Now, at some point, I have something written, from beginning to end, and it’s bizarre. I read it and highlight in yellow all the parts that seem especially unformed.
I send it to my closest people and ask them to read it. They give really different feedback. I have to prod them a bit because sometimes what I have doesn’t seem whole. They help me look with new eyes.
I wait and wait and wait. I don’t look at what I wrote. I don’t write anything. I play basketball. I do my job. This part takes at least a week, usually more like a month. I think about what my friends said. I think about what still feels good and what feels sketchy. Then I try not to think about it at all.
After some length of time, determined by the rhythm of my life, I come back and things start to make sense. I begin editing. I have a document called “scraps” for every chapter, and I don’t throw anything away; I just tuck the pieces I am cutting into this other place for safe keeping. The blob starts to take a shape. But it’s a chapter in a book, so it doesn’t have all its input points yet, and I have to move on, repeat this process, leave something behind still gooey and loose. It feels strange and sort of magical. I decide when to move on based on whether I can carve out a big chunk of time (3 days to a week) for that first process for a new chapter: the outline, the cutting and pasting, the writing.
This entire process, including the waiting and basketball playing, is all consuming, and I can’t seem to work on other writing, only wildly different things like contacting schools to buy noodles, trying to learn how to skateboard, cooking dinner. For this reason, these past months, this newsletter has suffered. It may yet suffer for several months to come. I wonder if this is another reason why writers write about writing?! Because it isn’t removed from the work they are doing. I can write about writing right now, even though I’d rather do something like finish my series on Jackie Chan! I swear, I have a lot left to share! But I have to be patient.
One of the most beautiful and new experiences for me in all this is that I don’t have someone else screaming out the definite destination nor such a short deadline (self-imposed or otherwise) that the journey is cut short. It’s okay for me to get lost. I will have help finding my way back. I keep surprising myself.

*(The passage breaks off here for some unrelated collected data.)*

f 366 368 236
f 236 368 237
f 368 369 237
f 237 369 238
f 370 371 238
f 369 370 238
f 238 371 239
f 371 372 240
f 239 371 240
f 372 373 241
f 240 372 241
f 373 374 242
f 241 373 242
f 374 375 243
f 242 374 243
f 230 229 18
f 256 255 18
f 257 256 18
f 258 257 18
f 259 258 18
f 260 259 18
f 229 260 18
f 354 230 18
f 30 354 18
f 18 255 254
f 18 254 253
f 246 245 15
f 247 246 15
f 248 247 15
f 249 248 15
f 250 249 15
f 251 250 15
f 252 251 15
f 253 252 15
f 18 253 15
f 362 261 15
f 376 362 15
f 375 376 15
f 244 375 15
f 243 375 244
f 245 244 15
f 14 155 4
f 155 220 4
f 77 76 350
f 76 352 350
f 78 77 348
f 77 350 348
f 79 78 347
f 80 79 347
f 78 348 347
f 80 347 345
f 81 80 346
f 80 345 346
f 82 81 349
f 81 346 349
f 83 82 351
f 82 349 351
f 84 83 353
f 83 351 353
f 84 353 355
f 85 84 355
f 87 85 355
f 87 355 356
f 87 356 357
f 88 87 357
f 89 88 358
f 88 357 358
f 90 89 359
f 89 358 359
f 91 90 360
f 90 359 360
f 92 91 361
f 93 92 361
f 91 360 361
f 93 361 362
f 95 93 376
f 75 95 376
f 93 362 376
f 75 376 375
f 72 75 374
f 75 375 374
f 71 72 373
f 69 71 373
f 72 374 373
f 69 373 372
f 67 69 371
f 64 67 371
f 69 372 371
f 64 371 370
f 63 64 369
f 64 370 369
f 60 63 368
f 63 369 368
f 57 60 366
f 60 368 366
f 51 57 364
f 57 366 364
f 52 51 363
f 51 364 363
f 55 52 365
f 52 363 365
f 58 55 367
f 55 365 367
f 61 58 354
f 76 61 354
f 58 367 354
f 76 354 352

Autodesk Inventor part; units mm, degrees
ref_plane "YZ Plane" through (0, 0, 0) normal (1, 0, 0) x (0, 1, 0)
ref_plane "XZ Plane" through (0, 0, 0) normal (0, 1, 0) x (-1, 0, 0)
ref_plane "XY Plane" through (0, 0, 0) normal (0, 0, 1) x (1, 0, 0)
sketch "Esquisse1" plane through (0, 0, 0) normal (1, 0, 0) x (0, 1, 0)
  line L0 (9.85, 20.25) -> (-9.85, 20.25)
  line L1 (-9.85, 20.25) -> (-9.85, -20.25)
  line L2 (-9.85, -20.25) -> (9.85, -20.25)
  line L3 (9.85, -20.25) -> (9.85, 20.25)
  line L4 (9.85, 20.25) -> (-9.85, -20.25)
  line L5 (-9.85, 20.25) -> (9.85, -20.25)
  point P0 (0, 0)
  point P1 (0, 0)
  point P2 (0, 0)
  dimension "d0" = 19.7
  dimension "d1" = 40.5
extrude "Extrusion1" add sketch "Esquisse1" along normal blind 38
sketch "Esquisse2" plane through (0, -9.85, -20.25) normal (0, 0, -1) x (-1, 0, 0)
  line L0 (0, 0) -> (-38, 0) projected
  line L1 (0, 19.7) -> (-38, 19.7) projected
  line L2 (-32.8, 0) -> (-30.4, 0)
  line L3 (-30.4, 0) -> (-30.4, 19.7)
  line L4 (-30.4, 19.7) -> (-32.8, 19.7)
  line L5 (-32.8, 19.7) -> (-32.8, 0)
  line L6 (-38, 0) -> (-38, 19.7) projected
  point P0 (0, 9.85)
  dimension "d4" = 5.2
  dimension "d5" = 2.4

There are things along the way that turn out to be the most interesting parts, things I didn’t see coming. I’ve also learned that I have fixations that crop up over and over that I would never have predicted (ie: aroma, nuclear annihilation, which months certain flowers bloom, sci-fi.) What an incredible gift that Joey and Milkweed (and my community) have given me of time, space, encouragement, and collaboration. It’s still really moving to me, even when I feel waves of insecurity.

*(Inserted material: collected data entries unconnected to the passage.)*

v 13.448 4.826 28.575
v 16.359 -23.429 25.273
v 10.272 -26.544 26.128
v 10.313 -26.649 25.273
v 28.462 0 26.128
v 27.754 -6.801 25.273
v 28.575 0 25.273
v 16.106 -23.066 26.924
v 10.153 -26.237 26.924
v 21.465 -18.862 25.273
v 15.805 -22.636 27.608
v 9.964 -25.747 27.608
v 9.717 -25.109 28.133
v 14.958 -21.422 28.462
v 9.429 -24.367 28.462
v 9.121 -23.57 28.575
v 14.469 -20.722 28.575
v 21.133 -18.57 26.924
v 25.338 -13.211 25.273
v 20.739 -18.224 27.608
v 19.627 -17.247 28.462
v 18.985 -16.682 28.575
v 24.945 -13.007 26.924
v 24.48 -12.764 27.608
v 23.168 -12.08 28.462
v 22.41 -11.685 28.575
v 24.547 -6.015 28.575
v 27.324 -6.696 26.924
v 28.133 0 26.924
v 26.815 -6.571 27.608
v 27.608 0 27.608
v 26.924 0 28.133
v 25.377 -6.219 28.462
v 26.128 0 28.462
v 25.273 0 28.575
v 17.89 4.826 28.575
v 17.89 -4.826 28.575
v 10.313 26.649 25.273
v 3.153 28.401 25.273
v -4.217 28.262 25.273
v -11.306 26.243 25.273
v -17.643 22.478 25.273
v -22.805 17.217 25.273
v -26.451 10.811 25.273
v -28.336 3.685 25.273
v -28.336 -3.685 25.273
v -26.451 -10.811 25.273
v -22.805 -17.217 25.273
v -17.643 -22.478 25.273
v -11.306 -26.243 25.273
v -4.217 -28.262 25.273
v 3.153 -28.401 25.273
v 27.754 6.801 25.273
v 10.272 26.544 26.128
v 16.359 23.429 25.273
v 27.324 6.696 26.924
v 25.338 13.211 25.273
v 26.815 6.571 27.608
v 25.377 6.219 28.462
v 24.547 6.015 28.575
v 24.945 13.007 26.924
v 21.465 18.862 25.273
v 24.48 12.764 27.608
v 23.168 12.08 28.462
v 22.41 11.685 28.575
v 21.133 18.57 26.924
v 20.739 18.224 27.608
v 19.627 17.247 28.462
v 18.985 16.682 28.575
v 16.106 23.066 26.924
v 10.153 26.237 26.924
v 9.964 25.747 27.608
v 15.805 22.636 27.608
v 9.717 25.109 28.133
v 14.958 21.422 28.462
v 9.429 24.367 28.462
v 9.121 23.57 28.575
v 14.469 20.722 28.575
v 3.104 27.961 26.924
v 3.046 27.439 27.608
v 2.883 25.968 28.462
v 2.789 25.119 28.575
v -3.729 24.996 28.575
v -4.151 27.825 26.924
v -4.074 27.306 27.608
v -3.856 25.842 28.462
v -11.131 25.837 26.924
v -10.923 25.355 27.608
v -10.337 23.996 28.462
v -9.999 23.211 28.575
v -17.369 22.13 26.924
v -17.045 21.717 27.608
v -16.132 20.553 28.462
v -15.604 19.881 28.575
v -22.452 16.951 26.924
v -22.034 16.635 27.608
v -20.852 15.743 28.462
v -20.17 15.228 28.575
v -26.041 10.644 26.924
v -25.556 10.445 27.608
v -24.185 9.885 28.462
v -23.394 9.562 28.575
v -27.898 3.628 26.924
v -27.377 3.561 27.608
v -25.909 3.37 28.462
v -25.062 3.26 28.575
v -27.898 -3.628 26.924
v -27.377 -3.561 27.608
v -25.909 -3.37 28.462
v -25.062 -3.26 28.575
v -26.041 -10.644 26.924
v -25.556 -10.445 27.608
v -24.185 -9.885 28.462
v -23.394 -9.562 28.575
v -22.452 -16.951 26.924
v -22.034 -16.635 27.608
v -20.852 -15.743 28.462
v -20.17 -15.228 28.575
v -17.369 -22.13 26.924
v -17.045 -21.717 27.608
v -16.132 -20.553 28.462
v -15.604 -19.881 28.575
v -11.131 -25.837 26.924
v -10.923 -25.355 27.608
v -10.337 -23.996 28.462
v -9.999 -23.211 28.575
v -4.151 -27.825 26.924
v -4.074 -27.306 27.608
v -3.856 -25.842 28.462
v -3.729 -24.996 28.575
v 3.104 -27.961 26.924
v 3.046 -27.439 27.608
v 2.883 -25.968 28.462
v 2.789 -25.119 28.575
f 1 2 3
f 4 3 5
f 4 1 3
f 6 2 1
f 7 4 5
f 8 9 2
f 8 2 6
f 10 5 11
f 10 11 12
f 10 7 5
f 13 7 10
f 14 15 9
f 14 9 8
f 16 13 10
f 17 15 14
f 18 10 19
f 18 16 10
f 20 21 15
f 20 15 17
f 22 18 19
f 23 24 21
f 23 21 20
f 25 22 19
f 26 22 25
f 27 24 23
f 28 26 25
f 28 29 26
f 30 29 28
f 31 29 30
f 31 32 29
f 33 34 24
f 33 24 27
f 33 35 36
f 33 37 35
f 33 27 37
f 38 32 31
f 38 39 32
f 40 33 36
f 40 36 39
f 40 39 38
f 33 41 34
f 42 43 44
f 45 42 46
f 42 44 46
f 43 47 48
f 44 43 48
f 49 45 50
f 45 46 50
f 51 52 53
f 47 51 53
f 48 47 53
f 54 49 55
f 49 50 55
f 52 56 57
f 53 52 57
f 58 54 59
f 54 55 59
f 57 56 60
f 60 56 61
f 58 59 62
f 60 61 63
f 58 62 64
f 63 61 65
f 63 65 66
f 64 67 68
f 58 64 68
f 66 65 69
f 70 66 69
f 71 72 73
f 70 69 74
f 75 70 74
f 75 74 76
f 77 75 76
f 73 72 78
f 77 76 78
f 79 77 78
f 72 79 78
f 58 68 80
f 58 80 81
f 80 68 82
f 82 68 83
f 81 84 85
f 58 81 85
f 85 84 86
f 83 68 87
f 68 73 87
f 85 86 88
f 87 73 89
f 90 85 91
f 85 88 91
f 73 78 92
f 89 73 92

One day, lost in a meandering and ponderous chapter about my uncle Doug, I took a moment to read a few paragraphs to Corey about my thoughts on Port Townsend. I didn’t realize I wanted to write down my thoughts about Port Townsend. I didn’t expect it would go into my book on Group Living. And in fact, it may not make the cut. But after I finished reading, he said, “you are making art,” and he didn’t mean it as a compliment about my sentences or my wit, but just that I was lost in something and he recognized that experience as what making art can feel like. I didn’t know until he said it how much I wanted to believe that. And I am still not certain I do. But I’m knee deep, all the same!
This is my current process. It will probably change. There are phases in the future unlike anything I’ve ever done. I am fascinated to experience it. I am curious how the book will gel once I’ve finished digesting the contents. I am also struck by how much mystery there is in this process. There are so many surprises ahead! I hope to keep sharing as I go.